Hubo una ciudad que cuando aprendió a hablar primero le salió un poema, uno acerca de la estela de las barcazas en sus ríos y de mulatas de fuego vivo; no obstante, al dormir, murmuraba viejos rezos de esclavos que le arrancaron de sus selvas, pero no de sus dioses.
Hay una ciudad que 331 años después de su fundación te condena al sol. Sus edificios sin portales y los árboles con poco follaje, como sombrillas en harapos, provocan que busques la negra sombra, el blanco split de dos toneladas, las aspas verdes del ventilador. Le pides a todas las deidades, a las primitivas de los aborígenes que conjuran al huracán, a los Orishas que en las espirales del caracol encontraron su verdad, y al Cristo de las redes de los pescadores con su brisa. Entonces, si ellos están de buenas, a veces se levanta un viento desde la bahía, como un susurro de plegaria.
Hay una ciudad donde todas las calles se juntan en una, la del Medio. En sus aceras puedes encontrar en esa rara danza donde dos personas coinciden de frente y ambos toman la misma dirección, una y otra vez, sin poder avanzar: al albañil y a la señorona de gatos castos, a la mucama de Varadero y al barman de Nárvaez, al comprador de cualquier pedacito de oro y al ginecólogo en cuyo tiempo libre escribe décimas, al estudiante que odia las matemáticas y la ama de casa que busca la mochila más barata para su hija.
Hay una ciudad que tiene el mal hábito de acostarse temprano y le regala sus avenidas, entonces, a los noctámbulos, a la legión de ballesteros de agua dulce, a los que nunca se niegan ni a la última copa ni a la próxima mentira, a los que marcan en el carnet de identidad, a los custodios con sus radios BEF, a los amantes sin objeto de deseo que van a pedirle consejos a Milanés y él les contesta que no sabe nada de eso, él murió por lo mismo que vivió, por amor.
Hay una ciudad en la que, en una misma cuadra alguien lanza un cubo de agua a la calle para espantar todo lo espantable, y un vagabundo se pregunta qué puente nos falta. Aquí le tocamos un violín a Oshún y celebramos a nuestros muertos con ron y tambores.
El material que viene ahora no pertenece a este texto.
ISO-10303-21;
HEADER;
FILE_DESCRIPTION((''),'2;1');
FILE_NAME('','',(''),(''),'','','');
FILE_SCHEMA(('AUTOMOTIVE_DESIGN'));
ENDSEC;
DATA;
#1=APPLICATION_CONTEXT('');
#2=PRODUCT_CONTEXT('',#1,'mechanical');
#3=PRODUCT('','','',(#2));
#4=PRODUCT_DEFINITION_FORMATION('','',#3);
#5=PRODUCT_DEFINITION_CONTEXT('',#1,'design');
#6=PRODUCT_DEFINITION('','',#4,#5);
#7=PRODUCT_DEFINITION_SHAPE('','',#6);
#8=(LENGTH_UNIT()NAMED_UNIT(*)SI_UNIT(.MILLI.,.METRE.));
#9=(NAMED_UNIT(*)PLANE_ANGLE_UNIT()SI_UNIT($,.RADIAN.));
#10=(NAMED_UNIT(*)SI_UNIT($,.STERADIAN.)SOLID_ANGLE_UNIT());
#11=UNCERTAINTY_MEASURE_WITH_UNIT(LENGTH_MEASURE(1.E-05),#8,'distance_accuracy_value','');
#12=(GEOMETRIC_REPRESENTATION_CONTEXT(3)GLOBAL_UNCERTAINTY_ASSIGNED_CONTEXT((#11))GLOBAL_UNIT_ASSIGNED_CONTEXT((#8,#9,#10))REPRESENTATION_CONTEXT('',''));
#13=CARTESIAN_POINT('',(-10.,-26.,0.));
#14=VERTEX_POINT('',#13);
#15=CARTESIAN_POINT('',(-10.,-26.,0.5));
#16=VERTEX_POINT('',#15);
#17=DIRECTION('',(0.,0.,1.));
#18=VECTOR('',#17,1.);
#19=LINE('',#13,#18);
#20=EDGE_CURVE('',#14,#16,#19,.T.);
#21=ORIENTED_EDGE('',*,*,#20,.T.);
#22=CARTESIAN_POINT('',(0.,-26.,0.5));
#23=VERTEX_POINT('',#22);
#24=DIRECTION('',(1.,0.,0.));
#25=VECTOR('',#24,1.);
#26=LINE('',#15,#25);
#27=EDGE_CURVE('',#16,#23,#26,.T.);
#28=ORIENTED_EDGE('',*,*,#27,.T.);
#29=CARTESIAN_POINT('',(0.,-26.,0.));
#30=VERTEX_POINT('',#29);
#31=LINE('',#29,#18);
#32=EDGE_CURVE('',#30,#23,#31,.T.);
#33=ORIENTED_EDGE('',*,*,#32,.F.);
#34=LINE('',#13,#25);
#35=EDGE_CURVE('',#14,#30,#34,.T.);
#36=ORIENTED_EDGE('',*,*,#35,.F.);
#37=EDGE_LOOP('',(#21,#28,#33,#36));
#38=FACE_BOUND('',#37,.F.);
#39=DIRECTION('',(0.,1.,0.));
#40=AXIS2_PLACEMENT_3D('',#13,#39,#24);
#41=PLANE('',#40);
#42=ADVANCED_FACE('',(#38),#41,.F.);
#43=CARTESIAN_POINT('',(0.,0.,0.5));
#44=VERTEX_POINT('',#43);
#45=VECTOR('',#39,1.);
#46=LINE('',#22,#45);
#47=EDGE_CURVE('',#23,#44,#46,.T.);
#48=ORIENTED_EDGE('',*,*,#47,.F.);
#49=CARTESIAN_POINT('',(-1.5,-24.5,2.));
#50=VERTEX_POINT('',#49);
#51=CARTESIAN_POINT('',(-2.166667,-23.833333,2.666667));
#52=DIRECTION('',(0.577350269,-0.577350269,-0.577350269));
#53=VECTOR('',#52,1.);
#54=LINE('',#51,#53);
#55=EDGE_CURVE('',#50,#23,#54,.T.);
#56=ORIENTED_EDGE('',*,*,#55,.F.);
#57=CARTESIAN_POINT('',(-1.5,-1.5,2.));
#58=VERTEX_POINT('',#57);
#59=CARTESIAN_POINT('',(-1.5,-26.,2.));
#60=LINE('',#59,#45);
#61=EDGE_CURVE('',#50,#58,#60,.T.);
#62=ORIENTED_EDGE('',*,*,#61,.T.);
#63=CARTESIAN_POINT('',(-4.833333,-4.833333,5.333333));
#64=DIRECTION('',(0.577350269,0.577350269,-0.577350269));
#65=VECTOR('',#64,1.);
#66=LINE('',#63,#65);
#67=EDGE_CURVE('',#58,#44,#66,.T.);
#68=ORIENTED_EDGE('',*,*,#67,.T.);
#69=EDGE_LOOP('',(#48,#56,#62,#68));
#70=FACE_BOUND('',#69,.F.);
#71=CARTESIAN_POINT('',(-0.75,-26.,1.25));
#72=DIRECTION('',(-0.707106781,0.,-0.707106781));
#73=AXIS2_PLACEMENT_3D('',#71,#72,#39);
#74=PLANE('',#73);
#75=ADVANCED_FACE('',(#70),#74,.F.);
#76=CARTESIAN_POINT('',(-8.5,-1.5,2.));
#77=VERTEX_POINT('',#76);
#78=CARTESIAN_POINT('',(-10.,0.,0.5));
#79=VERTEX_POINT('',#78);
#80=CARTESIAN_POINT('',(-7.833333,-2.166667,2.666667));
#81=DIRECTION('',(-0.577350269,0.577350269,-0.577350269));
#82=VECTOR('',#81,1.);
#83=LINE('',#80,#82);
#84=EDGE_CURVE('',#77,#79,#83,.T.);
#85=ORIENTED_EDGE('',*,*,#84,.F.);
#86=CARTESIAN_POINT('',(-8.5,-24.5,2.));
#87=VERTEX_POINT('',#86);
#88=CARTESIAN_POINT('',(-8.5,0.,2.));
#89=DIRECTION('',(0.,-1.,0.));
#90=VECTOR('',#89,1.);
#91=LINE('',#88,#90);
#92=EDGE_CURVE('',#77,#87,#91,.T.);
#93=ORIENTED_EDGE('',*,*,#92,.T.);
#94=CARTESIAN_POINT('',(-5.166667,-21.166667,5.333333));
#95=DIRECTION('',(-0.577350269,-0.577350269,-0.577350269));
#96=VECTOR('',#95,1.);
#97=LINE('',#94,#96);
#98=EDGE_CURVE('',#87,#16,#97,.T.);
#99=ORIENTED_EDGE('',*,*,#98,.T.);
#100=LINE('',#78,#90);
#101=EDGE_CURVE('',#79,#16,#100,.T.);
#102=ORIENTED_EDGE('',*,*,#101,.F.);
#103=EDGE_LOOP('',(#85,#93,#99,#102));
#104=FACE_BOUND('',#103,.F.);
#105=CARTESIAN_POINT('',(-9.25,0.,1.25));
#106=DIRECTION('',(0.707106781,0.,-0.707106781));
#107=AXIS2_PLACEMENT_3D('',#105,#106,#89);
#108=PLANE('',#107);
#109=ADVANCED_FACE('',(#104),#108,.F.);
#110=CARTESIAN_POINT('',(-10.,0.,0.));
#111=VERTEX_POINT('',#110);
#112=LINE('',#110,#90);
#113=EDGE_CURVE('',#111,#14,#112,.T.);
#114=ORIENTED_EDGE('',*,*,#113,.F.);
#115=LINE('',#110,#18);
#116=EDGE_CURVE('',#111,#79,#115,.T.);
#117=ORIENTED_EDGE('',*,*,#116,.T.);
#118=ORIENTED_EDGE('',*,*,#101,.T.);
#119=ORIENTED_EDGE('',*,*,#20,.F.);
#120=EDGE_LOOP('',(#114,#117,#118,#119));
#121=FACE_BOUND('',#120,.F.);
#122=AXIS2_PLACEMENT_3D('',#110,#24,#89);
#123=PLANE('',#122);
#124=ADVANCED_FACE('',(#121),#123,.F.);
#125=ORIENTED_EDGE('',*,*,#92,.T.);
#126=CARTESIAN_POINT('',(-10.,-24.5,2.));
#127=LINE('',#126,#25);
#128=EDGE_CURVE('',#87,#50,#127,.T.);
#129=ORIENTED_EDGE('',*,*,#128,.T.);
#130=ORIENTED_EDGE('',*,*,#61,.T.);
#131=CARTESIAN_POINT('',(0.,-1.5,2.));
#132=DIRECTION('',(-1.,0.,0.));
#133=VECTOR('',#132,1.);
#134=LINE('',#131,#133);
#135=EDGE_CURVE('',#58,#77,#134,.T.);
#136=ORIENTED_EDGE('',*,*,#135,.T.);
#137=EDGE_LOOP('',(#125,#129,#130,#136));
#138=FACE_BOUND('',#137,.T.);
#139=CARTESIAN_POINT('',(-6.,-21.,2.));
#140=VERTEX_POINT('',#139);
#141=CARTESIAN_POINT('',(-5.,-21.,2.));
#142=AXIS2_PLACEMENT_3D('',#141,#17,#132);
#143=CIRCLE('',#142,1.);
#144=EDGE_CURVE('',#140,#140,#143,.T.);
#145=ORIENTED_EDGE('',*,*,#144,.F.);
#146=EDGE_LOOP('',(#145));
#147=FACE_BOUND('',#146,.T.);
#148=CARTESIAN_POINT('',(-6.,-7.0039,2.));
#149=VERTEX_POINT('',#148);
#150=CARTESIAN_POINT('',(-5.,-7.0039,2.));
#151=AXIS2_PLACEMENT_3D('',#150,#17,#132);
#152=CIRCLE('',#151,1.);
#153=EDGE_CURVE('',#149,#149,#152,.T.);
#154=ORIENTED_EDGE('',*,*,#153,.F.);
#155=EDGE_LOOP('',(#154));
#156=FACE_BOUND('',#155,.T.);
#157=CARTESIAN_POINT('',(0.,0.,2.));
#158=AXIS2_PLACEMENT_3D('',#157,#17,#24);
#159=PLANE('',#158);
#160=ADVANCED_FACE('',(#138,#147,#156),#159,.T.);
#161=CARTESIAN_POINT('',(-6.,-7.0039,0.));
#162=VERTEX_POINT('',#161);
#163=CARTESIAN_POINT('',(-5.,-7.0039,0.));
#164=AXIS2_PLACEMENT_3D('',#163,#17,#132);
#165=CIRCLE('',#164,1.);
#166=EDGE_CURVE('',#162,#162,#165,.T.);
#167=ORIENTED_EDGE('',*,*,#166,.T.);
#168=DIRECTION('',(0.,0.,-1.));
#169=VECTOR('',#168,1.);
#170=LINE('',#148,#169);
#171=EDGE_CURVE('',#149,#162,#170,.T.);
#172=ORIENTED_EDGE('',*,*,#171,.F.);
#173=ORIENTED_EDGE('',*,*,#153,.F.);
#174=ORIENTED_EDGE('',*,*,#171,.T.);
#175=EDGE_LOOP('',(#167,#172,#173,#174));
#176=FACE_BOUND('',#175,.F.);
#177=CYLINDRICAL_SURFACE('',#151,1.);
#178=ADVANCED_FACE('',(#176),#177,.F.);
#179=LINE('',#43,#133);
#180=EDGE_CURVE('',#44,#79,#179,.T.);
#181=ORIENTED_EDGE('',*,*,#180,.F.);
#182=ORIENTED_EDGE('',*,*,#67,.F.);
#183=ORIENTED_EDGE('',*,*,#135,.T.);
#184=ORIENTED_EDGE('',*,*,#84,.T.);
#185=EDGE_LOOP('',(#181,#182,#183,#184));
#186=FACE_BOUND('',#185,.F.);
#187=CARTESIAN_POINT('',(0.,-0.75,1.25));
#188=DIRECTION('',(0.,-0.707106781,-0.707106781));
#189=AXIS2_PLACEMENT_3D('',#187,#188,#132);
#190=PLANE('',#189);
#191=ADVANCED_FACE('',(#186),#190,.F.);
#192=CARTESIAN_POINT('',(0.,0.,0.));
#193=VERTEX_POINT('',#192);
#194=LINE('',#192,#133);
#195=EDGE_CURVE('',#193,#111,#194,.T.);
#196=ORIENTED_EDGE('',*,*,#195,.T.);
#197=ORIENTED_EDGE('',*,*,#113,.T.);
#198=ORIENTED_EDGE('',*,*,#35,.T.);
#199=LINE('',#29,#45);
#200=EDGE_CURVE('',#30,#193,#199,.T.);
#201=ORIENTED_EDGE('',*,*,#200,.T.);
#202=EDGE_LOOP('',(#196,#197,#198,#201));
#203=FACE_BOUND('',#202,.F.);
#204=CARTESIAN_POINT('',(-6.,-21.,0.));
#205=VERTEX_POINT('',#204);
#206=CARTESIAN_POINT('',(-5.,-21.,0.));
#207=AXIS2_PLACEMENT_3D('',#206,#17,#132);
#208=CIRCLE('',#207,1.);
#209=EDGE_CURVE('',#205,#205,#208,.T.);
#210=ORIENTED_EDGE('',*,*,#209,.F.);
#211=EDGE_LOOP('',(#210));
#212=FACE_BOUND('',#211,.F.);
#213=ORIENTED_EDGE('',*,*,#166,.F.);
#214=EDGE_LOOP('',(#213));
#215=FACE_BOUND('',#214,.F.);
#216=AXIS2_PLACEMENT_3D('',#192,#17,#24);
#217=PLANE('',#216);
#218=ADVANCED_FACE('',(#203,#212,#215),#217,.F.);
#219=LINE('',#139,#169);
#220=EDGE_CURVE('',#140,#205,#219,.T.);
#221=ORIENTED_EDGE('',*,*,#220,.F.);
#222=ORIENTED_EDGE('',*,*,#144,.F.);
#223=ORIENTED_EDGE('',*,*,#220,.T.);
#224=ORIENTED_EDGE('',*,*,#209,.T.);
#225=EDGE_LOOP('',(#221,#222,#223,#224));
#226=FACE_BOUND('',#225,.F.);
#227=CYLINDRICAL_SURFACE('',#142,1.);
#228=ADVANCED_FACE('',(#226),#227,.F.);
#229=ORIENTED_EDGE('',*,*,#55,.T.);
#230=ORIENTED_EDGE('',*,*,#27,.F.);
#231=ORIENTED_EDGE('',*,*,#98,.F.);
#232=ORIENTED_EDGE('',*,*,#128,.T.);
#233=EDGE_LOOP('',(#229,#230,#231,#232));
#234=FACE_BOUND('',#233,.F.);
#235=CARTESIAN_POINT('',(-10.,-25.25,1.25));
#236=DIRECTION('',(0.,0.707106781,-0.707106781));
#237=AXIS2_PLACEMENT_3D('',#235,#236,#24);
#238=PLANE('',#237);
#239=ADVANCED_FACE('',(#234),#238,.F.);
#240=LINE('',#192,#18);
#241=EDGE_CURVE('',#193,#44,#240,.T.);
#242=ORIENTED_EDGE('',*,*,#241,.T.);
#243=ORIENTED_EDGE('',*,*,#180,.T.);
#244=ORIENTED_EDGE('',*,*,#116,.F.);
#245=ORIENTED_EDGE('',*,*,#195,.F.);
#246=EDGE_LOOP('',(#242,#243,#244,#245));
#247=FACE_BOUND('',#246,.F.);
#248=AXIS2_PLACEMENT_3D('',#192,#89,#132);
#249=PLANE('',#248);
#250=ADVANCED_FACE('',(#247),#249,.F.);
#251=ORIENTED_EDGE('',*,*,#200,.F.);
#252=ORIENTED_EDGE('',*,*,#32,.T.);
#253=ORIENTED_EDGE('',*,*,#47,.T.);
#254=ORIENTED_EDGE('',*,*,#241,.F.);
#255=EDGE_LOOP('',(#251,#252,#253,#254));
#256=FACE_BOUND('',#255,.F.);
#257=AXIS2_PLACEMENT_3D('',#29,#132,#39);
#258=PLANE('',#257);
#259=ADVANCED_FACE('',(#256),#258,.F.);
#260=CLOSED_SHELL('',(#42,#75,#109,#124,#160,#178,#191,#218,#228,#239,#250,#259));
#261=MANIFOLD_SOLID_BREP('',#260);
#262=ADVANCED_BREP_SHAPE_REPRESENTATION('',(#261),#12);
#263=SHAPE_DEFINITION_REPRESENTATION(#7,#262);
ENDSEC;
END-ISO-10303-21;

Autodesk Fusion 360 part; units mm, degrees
sketch "Sketch1" plane through (0, 0, 0) normal (0, 0, 1) x (1, 0, 0)
  line L0 (0, 0) -> (-10, 0)
  line L1 (-10, 0) -> (-10, -26)
  line L2 (-10, -26) -> (0, -26)
  line L3 (0, -26) -> (0, 0)
  dimension "d1" = 10
  dimension "d2" = 26
extrude "Extrude1" add sketch "Sketch1" along normal blind 2
sketch "Sketch2" plane through (0, 0, 2) normal (0, 0, 1) x (-1, 0, 0)
  line L0 (0, 26) -> (0, 0)
  line L1 (0, 0) -> (10, 0)
  line L2 (10, 0) -> (10, 26)
  line L3 (10, 26) -> (0, 26)
  circle A0 centre (5, 21) radius 1
  circle A1 centre (5, 7.0039) radius 1
  point P0 (4.5847, 3.0102)
  dimension "d5" = 2
  dimension "d6" = 2
  dimension "d8" = 5
  dimension "d9" = 5
  dimension "d10" = 13.9961
  dimension "d11" = 5
extrude "Extrude2" cut sketch "Sketch2" against normal blind 10 contours A0 | A1
chamfer "Chamfer1" distance 1.5 angle 45 4 edges at (-5, -26, 2) (0, -13, 2) (-10, -13, 2) (-5, 0, 2) measured on face at (-5.0249, -2.0022, 2) measured on face at (-5.0249, -2.0022, 2) measured on face at (-5.0249, -2.0022, 2) measured on face at (-5.0249, -2.0022, 2)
En ocasiones, incluso, le rezamos a los ríos para ser como ellos, fluir sin prisas.
Habrá una ciudad por cada uno de nosotros, como hubo una para el que utilizaba anzuelos de hueso y puntas de flecha de la piedra de los arroyos, y otra para las familias canarias que dejaron sus isla por otra y vinieron a poblar Matanzas con sus aspargatas y sus Vírgenes Marías, y otra para el negro africano que escondió que le obligaron a intercambiar el baobab por la ceiba y la cabra por el chivo, y otra para el hombre trabajador que después de ocho horas en una empresa de productos industriales busca la tranquilidad de su gato y de su esposa, y otra para ti y otra para mí.
Habrá una ciudad que crezca en nosotros y, aunque quieras alejarte, no podrás, porque la llevarás demasiado adentro. Habrá tantas ciudades como personas que las busquen.